Immigrant & Multicultural Affairs

Transition Policy Committee Summary of Findings

Committee Name

Immigrant and Multicultural Affairs Committee

Committee Members

Ivan Abarca-Torres, Sonia Conde, Pilar Galvez, Sara Kirubi, Father Alejandro Lopez, Paula Magnelli, Alex Pirie, and Aaron Soroa


Key themes and trends:

  • Values–Implementation Gap: Strong pro-immigrant values exist, but systems are fragmented and ineffective.

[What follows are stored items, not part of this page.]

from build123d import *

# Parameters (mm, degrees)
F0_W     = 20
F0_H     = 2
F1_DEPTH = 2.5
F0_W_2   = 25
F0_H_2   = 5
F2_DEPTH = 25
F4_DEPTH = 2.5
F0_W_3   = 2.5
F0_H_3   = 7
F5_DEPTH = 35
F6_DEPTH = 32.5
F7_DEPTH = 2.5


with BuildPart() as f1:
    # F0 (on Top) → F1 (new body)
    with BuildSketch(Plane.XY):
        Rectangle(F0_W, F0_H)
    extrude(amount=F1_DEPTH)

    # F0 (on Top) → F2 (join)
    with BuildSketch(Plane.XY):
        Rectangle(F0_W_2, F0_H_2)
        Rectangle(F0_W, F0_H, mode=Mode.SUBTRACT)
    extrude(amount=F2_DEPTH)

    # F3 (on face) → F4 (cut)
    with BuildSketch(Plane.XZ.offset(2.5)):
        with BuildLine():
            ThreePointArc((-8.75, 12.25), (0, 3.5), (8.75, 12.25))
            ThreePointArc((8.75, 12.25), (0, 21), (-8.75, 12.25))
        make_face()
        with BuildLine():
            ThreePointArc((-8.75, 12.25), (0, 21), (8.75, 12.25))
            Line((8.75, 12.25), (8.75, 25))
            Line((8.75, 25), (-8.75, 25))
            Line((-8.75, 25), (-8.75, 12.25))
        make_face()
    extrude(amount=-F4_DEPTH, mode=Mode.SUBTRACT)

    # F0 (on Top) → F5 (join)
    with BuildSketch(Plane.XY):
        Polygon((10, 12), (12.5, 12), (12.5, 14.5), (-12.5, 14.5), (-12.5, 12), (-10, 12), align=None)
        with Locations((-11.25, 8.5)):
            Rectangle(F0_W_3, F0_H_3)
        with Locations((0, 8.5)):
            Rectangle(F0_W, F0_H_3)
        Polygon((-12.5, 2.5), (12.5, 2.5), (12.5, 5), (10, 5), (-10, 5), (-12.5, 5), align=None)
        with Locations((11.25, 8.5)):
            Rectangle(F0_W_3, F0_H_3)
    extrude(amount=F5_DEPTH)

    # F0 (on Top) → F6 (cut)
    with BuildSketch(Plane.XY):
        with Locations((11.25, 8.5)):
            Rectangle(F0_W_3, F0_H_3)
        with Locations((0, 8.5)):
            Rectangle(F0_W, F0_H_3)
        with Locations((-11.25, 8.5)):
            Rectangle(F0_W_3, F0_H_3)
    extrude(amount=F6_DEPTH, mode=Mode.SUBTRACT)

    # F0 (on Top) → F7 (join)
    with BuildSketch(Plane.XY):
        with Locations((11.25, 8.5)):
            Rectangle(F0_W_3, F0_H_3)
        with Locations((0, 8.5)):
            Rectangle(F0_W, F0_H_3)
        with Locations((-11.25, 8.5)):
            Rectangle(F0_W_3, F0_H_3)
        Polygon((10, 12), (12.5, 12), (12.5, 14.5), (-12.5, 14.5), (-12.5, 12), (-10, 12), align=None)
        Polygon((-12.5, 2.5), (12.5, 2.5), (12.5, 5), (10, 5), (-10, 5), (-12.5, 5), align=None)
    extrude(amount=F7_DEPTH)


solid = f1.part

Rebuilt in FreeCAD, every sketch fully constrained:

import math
import FreeCAD as App
import Part
import Sketcher

V = App.Vector


def add_polygon(sketch, points):
    """Adds a closed chain of lines whose ends are joined by coincident constraints."""
    first, n = sketch.GeometryCount, len(points)
    for a, b in zip(points, points[1:] + points[:1]):
        sketch.addGeometry(Part.LineSegment(App.Vector(*a, 0), App.Vector(*b, 0)), False)
    for i in range(n):
        sketch.addConstraint(Sketcher.Constraint("Coincident", first + i, 2, first + (i + 1) % n, 1))

doc = App.newDocument("Part")
body = doc.addObject("PartDesign::Body", "Body")

# Sketch on XY plane
sketch1 = body.newObject("Sketcher::SketchObject", "Sketch")
sketch1.AttachmentSupport = (doc.getObject("XY_Plane"), [""])
sketch1.MapMode = "FlatFace"
add_polygon(sketch1, [(-10, 1), (-10, -1), (10, -1), (10, 1)])  # lines 0-3
sketch1.addConstraint([
    Sketcher.Constraint("Vertical", 0),
    Sketcher.Constraint("Horizontal", 1),
    Sketcher.Constraint("Vertical", 2),
    Sketcher.Constraint("Horizontal", 3),
    Sketcher.Constraint("Symmetric", 0, 2, 2, 2, -1, 1),
    Sketcher.Constraint("DistanceX", 1, 1, 1, 2, 20.0),
    Sketcher.Constraint("DistanceY", 0, 2, 0, 1, 2.0),
])
pad1 = body.newObject("PartDesign::Pad", "Pad")
pad1.Profile = sketch1
pad1.Length = 2.5

# Sketch on XY plane
sketch2 = body.newObject("Sketcher::SketchObject", "Sketch001")
sketch2.AttachmentSupport = (doc.getObject("XY_Plane"), [""])
sketch2.MapMode = "FlatFace"
add_polygon(sketch2, [(-12.5, 2.5), (-12.5, -2.5), (12.5, -2.5), (12.5, 2.5)])  # lines 0-3
add_polygon(sketch2, [(10, -1), (-10, -1), (-10, 1), (10, 1)])  # lines 4-7
sketch2.addConstraint([
    Sketcher.Constraint("Vertical", 0),
    Sketcher.Constraint("Horizontal", 1),
    Sketcher.Constraint("Vertical", 2),
    Sketcher.Constraint("Horizontal", 3),
    Sketcher.Constraint("Horizontal", 4),
    Sketcher.Constraint("Vertical", 5),
    Sketcher.Constraint("Horizontal", 6),
    Sketcher.Constraint("Vertical", 7),
    Sketcher.Constraint("Symmetric", 0, 2, 2, 2, -1, 1),
    Sketcher.Constraint("Symmetric", 4, 2, 6, 2, -1, 1),
    Sketcher.Constraint("DistanceX", 1, 1, 1, 2, 25.0),
    Sketcher.Constraint("DistanceX", 4, 2, 4, 1, 20.0),
    Sketcher.Constraint("DistanceY", 0, 2, 0, 1, 5.0),
    Sketcher.Constraint("DistanceY", 5, 1, 5, 2, 2.0),
])
pad2 = body.newObject("PartDesign::Pad", "Pad001")
pad2.Profile = sketch2
pad2.Length = 25

# Sketch on XZ plane
sketch3 = body.newObject("Sketcher::SketchObject", "Sketch002")
sketch3.AttachmentSupport = (doc.getObject("XZ_Plane"), [""])
sketch3.MapMode = "FlatFace"
sketch3.AttachmentOffset = App.Placement(V(0, 0, 2.5), App.Rotation())
sketch3.addGeometry([
    Part.ArcOfCircle(Part.Circle(V(0, 12.25, 0), V(0, 0, 1), 8.75), math.radians(180), math.radians(360)),
    Part.LineSegment(V(8.75, 12.25, 0), V(8.75, 25, 0)),
    Part.LineSegment(V(8.75, 25, 0), V(-8.75, 25, 0)),
    Part.LineSegment(V(-8.75, 25, 0), V(-8.75, 12.25, 0)),
], False)
sketch3.addConstraint([
    Sketcher.Constraint("Tangent", 0, 2, 1, 1),
    Sketcher.Constraint("Coincident", 1, 2, 2, 1),
    Sketcher.Constraint("Coincident", 2, 2, 3, 1),
    Sketcher.Constraint("Tangent", 3, 2, 0, 1),
    Sketcher.Constraint("Vertical", 1),
    Sketcher.Constraint("Horizontal", 2),
    Sketcher.Constraint("Vertical", 3),
    Sketcher.Constraint("PointOnObject", 0, 3, -2),
    Sketcher.Constraint("Radius", 0, 8.75),
    Sketcher.Constraint("DistanceY", -1, 1, 1, 2, 25.0),
    Sketcher.Constraint("DistanceY", 1, 1, 1, 2, 12.75),
])
pocket1 = body.newObject("PartDesign::Pocket", "Pocket")
pocket1.Profile = sketch3
pocket1.Length = 2.5

# Sketch on XY plane
sketch4 = body.newObject("Sketcher::SketchObject", "Sketch003")
sketch4.AttachmentSupport = (doc.getObject("XY_Plane"), [""])
sketch4.MapMode = "FlatFace"
add_polygon(sketch4, [(12.5, 14.5), (-12.5, 14.5), (-12.5, 2.5), (12.5, 2.5)])  # lines 0-3
sketch4.addConstraint([
    Sketcher.Constraint("Horizontal", 0),
    Sketcher.Constraint("Vertical", 1),
    Sketcher.Constraint("Horizontal", 2),
    Sketcher.Constraint("Vertical", 3),
    Sketcher.Constraint("DistanceX", 0, 2, 0, 1, 25.0),
    Sketcher.Constraint("DistanceY", 1, 2, 1, 1, 12.0),
    Sketcher.Constraint("DistanceX", 0, 2, -1, 1, 12.5),
    Sketcher.Constraint("DistanceY", -1, 1, 0, 2, 14.5),
])
pad3 = body.newObject("PartDesign::Pad", "Pad002")
pad3.Profile = sketch4
pad3.Length = 35

# Sketch on XY plane
sketch5 = body.newObject("Sketcher::SketchObject", "Sketch004")
sketch5.AttachmentSupport = (doc.getObject("XY_Plane"), [""])
sketch5.MapMode = "FlatFace"
add_polygon(sketch5, [(12.5, 5), (12.5, 12), (-12.5, 12), (-12.5, 5)])  # lines 0-3
sketch5.addConstraint([
    Sketcher.Constraint("Vertical", 0),
    Sketcher.Constraint("Horizontal", 1),
    Sketcher.Constraint("Vertical", 2),
    Sketcher.Constraint("Horizontal", 3),
    Sketcher.Constraint("DistanceX", 1, 2, 1, 1, 25.0),
    Sketcher.Constraint("DistanceY", 0, 1, 0, 2, 7.0),
    Sketcher.Constraint("DistanceY", -1, 1, 0, 2, 12.0),
    Sketcher.Constraint("DistanceX", -1, 1, 0, 2, 12.5),
])
pocket2 = body.newObject("PartDesign::Pocket", "Pocket001")
pocket2.Profile = sketch5
pocket2.Length = 32.5
pocket2.Reversed = True

# Sketch on XY plane
sketch6 = body.newObject("Sketcher::SketchObject", "Sketch005")
sketch6.AttachmentSupport = (doc.getObject("XY_Plane"), [""])
sketch6.MapMode = "FlatFace"
add_polygon(sketch6, [(12.5, 14.5), (-12.5, 14.5), (-12.5, 2.5), (12.5, 2.5)])  # lines 0-3
sketch6.addConstraint([
    Sketcher.Constraint("Horizontal", 0),
    Sketcher.Constraint("Vertical", 1),
    Sketcher.Constraint("Horizontal", 2),
    Sketcher.Constraint("Vertical", 3),
    Sketcher.Constraint("DistanceX", 0, 2, 0, 1, 25.0),
    Sketcher.Constraint("DistanceY", 1, 2, 1, 1, 12.0),
    Sketcher.Constraint("DistanceX", 0, 2, -1, 1, 12.5),
    Sketcher.Constraint("DistanceY", -1, 1, 0, 2, 14.5),
])
pad4 = body.newObject("PartDesign::Pad", "Pad003")
pad4.Profile = sketch6
pad4.Length = 2.5

doc.recompute()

  • Insufficient Communication with Immigrants: Low trust in official channels; immigrant residents rely on WhatsApp, schools, nonprofits, and faith institutions for information.

  • Crisis Response Deficit: Lack of emergency response, rapid legal access, and coordinated detention support.

  • Lack of Open-Door Policy for Immigrant Support Services: Limited alignment among city departments, nonprofits, schools, and community partners.

  • Shift Toward Operational Sanctuary: Clear opportunity to move from symbolic commitment to coordinated, 24/7 protection and support.

Existing initiatives:

N/A - Despite having asked the explicit question to this group about existing Somerville Office of Immigrant Affairs (SOIA) initiatives, no members of the group shared current programs that are working well.

Gaps:

1. Communication

  • No centralized, trusted communication system for immigrants.

  • City information is not received by many immigrants when posted on official websites or social media alone.

  • The information needs to get where people receive trusted information, like WhatsApp. WhatsApp is the dominant communication tool among immigrants, yet the city does not actively use it.

  • Misinformation spreads faster than official guidance (e.g., vaccines, ICE activity).

  • Outreach fails to reach most immigrant communities, especially new immigrants.

  • Dissemination of information is fragmented across nonprofits, schools, and faith institutions.


Impact: Families do not receive time-sensitive information during times of crises, which undermines safety, trust, and access to services.


2. Crisis & Detention Response Gaps

  • No immigration emergency hotline despite ICE detentions occurring after office hours or on the weekends.

  • 2–3 hour window after detention to get legal support is consistently missed.

  • Walk-in immigrant support services available at office or on phone even without appointment.

  • Families experience panic, isolation, and fear immediately after arrests without any city support.

  • Lack of visible city action post-arrest increases community anxiety.


Impact: Detention outcomes worsen due to delayed legal intervention; families face cascading harm (housing, childcare, income).


3. Legal & Post-Arrest Support Gaps

  • Legal representation costs ($10–20k) are prohibitive and most immigrants don't know the city could help with legal representation.

  • City attorneys are underutilized as public legal educators.

  • Individual arrest cases are not made visible (even in anonymized form), reducing advocacy leverage.

  • Limited coordination with: State Representatives, Regional bodies (e.g., Metropolitan Area Planning Council aka MAPC) and Neighboring cities.


4. Service Fragmentation & Structural Gaps

  • Services are offered by appointment only

  • No Office of Immigrant Affairs to coordinate wraparound services for immigrants

  • Collapse of immigrant-serving infrastructure (from 7 nonprofits in past years to 1 major hub, SOIA, that is not effective). Multiple immigrant non-profits have left the City of Somerville.

  • Risk of duplication among current nonprofits due to lack of coordination.

  • Major gap between available services and services actually accessed.

  • No holistic, family-centered case management system.

  • With support from the city, non-profits could help to alleviate the work with immigrants.

Opportunities:

1. Trusted Networks Already Exist

  • Capitalize on trusted networks such as faith institutions, school liaisons, PTAs, and community-based organizations (Padres Latinos, The Welcome Project), all of which are consistent, reliable access points.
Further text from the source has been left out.